-- REQUIRED ACTION --
Write out, from the entries below, exactly the lines that run between the lines holding "f 182 179 81" and "f 178 180 82", inclusive, and stop there.

-- AVAILABLE DATA --
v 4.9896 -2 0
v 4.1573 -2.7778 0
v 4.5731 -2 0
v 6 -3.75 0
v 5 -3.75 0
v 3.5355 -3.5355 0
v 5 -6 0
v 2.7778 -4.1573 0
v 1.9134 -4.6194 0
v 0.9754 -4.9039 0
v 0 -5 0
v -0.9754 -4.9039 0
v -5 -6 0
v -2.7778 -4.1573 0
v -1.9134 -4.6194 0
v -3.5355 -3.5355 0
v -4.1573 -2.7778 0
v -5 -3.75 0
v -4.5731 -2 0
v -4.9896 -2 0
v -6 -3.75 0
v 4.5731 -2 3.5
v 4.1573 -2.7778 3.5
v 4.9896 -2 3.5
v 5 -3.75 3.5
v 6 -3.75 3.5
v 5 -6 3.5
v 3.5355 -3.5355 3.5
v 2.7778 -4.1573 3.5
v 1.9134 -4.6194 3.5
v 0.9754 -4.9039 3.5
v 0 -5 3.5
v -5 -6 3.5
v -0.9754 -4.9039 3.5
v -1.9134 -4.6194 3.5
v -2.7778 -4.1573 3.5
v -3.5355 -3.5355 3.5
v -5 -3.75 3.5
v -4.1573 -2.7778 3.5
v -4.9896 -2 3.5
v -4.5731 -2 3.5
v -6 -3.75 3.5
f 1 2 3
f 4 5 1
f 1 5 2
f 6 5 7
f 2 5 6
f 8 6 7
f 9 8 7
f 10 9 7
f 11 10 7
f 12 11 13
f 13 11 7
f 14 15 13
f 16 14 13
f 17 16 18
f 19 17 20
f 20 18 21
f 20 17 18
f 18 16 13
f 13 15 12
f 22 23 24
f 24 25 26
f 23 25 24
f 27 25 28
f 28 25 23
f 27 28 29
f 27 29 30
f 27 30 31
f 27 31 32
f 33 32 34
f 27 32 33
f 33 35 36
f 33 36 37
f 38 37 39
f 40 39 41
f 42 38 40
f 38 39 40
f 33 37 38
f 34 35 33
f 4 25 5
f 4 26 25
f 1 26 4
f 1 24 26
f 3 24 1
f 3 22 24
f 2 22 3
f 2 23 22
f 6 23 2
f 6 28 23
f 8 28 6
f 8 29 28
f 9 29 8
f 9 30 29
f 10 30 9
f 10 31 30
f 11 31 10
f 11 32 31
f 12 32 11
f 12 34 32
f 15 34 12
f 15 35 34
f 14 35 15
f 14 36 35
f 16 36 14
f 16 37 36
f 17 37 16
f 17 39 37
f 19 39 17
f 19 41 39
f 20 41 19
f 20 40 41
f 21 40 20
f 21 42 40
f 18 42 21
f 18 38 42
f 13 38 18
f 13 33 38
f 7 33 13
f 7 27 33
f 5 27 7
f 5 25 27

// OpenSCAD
$fn=32;

linear_extrude(height=3.5) cableUClip();

//cableU();

module cableUClip() {
  difference() {
      union() {
        translate([-5,-6]) square([10,4]);
        translate([-6,-3.75]) square([12,1.75]);
      }
      circle(r = 5);      
      translate([6,-3.75]) rotate([0,0,30]) square([10,10]);
      mirror([1,0]) translate([6,-3.75]) rotate([0,0,30]) square([10,10]);
  }
}





module cableU() {
  difference() {
      union() {
        circle(r = 6.5);
        translate([-6.5,-5.5]) square([13,5.5]);
      }
      circle(r = 5);
      translate([-5,-20]) square([10,20]);
      translate([-50,-4]) square([100,2]);
    }
}
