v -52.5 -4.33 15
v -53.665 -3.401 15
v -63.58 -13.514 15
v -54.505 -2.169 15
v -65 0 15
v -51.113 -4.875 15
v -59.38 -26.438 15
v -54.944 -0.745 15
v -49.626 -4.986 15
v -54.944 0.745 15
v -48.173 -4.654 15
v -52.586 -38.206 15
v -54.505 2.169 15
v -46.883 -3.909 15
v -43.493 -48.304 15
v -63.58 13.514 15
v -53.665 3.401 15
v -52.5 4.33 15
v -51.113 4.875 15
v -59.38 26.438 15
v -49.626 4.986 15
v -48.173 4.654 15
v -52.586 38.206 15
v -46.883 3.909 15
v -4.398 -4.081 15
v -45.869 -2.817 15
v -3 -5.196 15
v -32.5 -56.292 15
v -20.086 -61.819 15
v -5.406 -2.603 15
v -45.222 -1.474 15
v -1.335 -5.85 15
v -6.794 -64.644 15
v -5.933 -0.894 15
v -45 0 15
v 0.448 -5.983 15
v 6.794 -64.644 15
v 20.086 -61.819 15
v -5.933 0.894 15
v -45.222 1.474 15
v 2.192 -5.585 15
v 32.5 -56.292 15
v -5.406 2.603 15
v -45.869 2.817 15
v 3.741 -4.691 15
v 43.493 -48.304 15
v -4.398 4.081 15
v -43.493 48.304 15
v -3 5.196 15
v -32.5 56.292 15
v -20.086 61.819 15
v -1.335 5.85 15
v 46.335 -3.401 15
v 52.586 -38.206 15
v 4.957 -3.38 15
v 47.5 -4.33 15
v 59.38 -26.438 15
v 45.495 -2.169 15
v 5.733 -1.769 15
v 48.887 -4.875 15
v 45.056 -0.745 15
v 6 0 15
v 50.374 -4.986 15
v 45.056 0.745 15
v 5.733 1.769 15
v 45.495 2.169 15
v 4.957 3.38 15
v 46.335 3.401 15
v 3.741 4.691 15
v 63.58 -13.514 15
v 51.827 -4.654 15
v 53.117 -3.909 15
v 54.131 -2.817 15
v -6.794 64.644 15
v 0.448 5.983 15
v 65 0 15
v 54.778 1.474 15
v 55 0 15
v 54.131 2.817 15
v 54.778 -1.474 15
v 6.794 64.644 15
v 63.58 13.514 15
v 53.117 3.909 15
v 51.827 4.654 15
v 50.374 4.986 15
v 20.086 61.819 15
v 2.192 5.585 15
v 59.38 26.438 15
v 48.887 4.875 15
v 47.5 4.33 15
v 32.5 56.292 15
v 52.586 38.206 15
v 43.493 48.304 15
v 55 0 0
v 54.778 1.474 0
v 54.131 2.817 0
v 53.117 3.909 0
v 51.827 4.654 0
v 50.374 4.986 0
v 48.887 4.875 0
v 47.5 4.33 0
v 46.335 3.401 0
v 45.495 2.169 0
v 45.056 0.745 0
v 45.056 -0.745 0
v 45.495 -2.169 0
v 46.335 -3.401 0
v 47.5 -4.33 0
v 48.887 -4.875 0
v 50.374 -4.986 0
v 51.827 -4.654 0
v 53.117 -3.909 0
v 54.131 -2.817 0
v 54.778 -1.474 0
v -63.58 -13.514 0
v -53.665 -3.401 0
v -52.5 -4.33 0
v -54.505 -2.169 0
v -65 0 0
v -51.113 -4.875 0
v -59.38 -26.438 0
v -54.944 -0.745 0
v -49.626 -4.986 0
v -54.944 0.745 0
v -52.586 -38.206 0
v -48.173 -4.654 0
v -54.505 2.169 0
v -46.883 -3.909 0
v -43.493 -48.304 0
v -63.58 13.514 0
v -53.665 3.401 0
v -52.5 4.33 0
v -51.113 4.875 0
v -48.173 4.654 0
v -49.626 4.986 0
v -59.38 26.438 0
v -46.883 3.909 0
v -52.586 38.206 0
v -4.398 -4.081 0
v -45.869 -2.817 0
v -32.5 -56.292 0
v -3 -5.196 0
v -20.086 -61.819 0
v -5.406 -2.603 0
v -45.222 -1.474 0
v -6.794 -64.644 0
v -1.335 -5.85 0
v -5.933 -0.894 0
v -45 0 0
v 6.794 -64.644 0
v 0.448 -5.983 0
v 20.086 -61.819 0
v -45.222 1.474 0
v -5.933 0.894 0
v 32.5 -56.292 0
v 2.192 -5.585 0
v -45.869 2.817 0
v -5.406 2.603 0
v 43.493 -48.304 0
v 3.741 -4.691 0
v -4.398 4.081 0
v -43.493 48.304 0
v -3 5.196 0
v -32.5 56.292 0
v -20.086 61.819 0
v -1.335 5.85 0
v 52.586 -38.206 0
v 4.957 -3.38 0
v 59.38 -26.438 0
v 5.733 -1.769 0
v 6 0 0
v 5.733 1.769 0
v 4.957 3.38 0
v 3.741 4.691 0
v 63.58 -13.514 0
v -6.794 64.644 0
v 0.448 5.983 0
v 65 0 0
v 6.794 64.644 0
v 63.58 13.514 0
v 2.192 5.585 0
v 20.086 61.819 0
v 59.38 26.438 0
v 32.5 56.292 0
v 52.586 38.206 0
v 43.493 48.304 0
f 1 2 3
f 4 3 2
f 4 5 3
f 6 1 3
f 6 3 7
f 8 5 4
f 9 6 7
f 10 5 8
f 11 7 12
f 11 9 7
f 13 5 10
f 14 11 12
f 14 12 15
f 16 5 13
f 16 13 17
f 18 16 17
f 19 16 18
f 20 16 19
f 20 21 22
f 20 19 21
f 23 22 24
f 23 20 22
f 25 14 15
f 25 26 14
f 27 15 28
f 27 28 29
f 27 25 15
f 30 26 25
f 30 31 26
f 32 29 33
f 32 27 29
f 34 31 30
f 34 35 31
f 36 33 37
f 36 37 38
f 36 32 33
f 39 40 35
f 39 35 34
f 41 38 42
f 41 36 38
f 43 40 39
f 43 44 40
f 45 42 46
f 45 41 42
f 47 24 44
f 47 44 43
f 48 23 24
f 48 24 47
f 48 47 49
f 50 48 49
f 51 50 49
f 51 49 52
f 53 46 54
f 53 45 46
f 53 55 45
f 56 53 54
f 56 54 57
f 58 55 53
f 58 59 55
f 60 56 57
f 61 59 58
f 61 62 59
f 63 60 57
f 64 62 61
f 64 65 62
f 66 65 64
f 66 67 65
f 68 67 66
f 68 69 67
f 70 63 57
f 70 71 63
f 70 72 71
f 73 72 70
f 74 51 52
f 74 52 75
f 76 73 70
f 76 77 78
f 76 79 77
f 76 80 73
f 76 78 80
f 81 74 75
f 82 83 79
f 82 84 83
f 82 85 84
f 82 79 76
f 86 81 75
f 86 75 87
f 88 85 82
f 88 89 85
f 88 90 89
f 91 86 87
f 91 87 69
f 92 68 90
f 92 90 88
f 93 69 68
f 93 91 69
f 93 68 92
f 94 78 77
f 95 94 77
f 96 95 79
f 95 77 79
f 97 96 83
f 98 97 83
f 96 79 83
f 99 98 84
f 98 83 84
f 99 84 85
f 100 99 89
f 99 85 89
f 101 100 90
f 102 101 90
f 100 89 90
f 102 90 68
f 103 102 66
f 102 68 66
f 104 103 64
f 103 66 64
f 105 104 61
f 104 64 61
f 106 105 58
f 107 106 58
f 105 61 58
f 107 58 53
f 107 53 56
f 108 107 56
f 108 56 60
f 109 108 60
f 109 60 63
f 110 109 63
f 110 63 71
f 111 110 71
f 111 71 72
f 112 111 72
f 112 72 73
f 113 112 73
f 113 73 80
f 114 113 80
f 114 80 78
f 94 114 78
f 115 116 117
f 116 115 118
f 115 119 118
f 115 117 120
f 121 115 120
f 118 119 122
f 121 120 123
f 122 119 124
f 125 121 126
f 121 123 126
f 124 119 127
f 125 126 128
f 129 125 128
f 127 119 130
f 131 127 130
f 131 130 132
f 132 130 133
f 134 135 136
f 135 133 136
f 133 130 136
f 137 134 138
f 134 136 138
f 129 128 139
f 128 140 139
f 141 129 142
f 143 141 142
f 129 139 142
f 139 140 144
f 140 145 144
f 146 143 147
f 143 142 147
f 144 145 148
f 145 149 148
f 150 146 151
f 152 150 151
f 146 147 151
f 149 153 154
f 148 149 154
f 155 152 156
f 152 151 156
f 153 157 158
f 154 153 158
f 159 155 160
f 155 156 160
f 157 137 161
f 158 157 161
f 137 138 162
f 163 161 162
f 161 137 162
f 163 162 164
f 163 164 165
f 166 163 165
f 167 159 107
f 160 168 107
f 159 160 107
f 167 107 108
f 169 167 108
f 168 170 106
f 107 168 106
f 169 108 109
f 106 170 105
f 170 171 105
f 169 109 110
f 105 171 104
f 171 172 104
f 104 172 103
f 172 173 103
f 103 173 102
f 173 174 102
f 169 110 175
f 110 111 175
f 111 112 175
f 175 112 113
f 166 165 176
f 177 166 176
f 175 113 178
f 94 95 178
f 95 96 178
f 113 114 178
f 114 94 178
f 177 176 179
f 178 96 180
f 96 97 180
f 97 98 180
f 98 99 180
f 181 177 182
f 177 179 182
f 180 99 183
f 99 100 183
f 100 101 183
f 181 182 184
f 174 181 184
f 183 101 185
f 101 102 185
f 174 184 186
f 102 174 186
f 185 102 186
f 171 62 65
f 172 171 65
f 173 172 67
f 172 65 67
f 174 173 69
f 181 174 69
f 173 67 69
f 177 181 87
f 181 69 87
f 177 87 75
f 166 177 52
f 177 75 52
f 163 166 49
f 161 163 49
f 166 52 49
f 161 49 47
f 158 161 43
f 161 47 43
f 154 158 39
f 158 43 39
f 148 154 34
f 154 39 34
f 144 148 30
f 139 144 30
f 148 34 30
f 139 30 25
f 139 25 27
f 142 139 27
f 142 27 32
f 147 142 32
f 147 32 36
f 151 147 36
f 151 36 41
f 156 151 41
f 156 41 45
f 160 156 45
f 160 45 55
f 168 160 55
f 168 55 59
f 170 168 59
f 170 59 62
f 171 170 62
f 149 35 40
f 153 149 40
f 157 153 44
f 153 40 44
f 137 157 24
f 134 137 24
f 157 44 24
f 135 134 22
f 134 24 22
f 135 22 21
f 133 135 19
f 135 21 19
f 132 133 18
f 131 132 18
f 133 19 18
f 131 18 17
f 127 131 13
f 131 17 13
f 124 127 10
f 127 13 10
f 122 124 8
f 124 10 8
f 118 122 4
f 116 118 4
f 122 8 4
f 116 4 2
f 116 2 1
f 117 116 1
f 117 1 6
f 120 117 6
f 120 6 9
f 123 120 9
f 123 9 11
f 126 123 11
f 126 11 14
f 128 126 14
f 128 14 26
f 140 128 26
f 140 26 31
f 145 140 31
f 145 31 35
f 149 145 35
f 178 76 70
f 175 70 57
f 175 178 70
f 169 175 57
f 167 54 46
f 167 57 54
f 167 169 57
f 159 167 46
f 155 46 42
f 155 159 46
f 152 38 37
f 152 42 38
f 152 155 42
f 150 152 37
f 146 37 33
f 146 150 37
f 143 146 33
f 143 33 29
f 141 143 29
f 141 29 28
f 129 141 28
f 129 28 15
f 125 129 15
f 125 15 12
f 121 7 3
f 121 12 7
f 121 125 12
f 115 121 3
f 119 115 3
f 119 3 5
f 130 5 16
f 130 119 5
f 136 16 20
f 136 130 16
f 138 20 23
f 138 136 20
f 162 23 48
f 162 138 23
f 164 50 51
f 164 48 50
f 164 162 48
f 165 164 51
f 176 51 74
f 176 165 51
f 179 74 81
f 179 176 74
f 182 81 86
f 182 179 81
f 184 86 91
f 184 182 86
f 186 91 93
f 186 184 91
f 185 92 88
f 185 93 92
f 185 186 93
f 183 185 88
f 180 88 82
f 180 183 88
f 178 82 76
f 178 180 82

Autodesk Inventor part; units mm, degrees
ref_plane "YZ Plane" through (0, 0, 0) normal (1, 0, 0) x (0, 1, 0)
ref_plane "XZ Plane" through (0, 0, 0) normal (0, 1, 0) x (-1, 0, 0)
ref_plane "XY Plane" through (0, 0, 0) normal (0, 0, 1) x (1, 0, 0)
sketch "Sketch1" plane through (0, 0, 0) normal (0, 0, 1) x (1, 0, 0)
  circle A0 centre (0, 0) radius 65
  circle A1 centre (0, 0) radius 6
  dimension "d0" = 130
  dimension "d3" = 12
extrude "Extrusion1" add sketch "Sketch1" along normal blind 15 contours A0 | A1
sketch "Sketch2" plane through (0, 0, 15) normal (0, 0, 1) x (1, 0, 0)
  circle A0 centre (0, 0) radius 6
  dimension "d4" = 12
extrude "Extrusion2" cut sketch "Sketch2" against normal blind 15
sketch "Sketch3" plane through (0, 0, 15) normal (0, 0, 1) x (1, 0, 0)
  circle A0 centre (50, 0) radius 5
  circle A1 centre (-50, 0) radius 5
  point P0 (0, 0)
  dimension "d7" = 10
  dimension "d8" = 10
extrude "Extrusion3" cut sketch "Sketch3" against normal blind 15
properties part number "doner_taban"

-- SOLUTION FOR THIS PROBLEM --
f 182 179 81
f 184 86 91
f 184 182 86
f 186 91 93
f 186 184 91
f 185 92 88
f 185 93 92
f 185 186 93
f 183 185 88
f 180 88 82
f 180 183 88
f 178 82 76
f 178 180 82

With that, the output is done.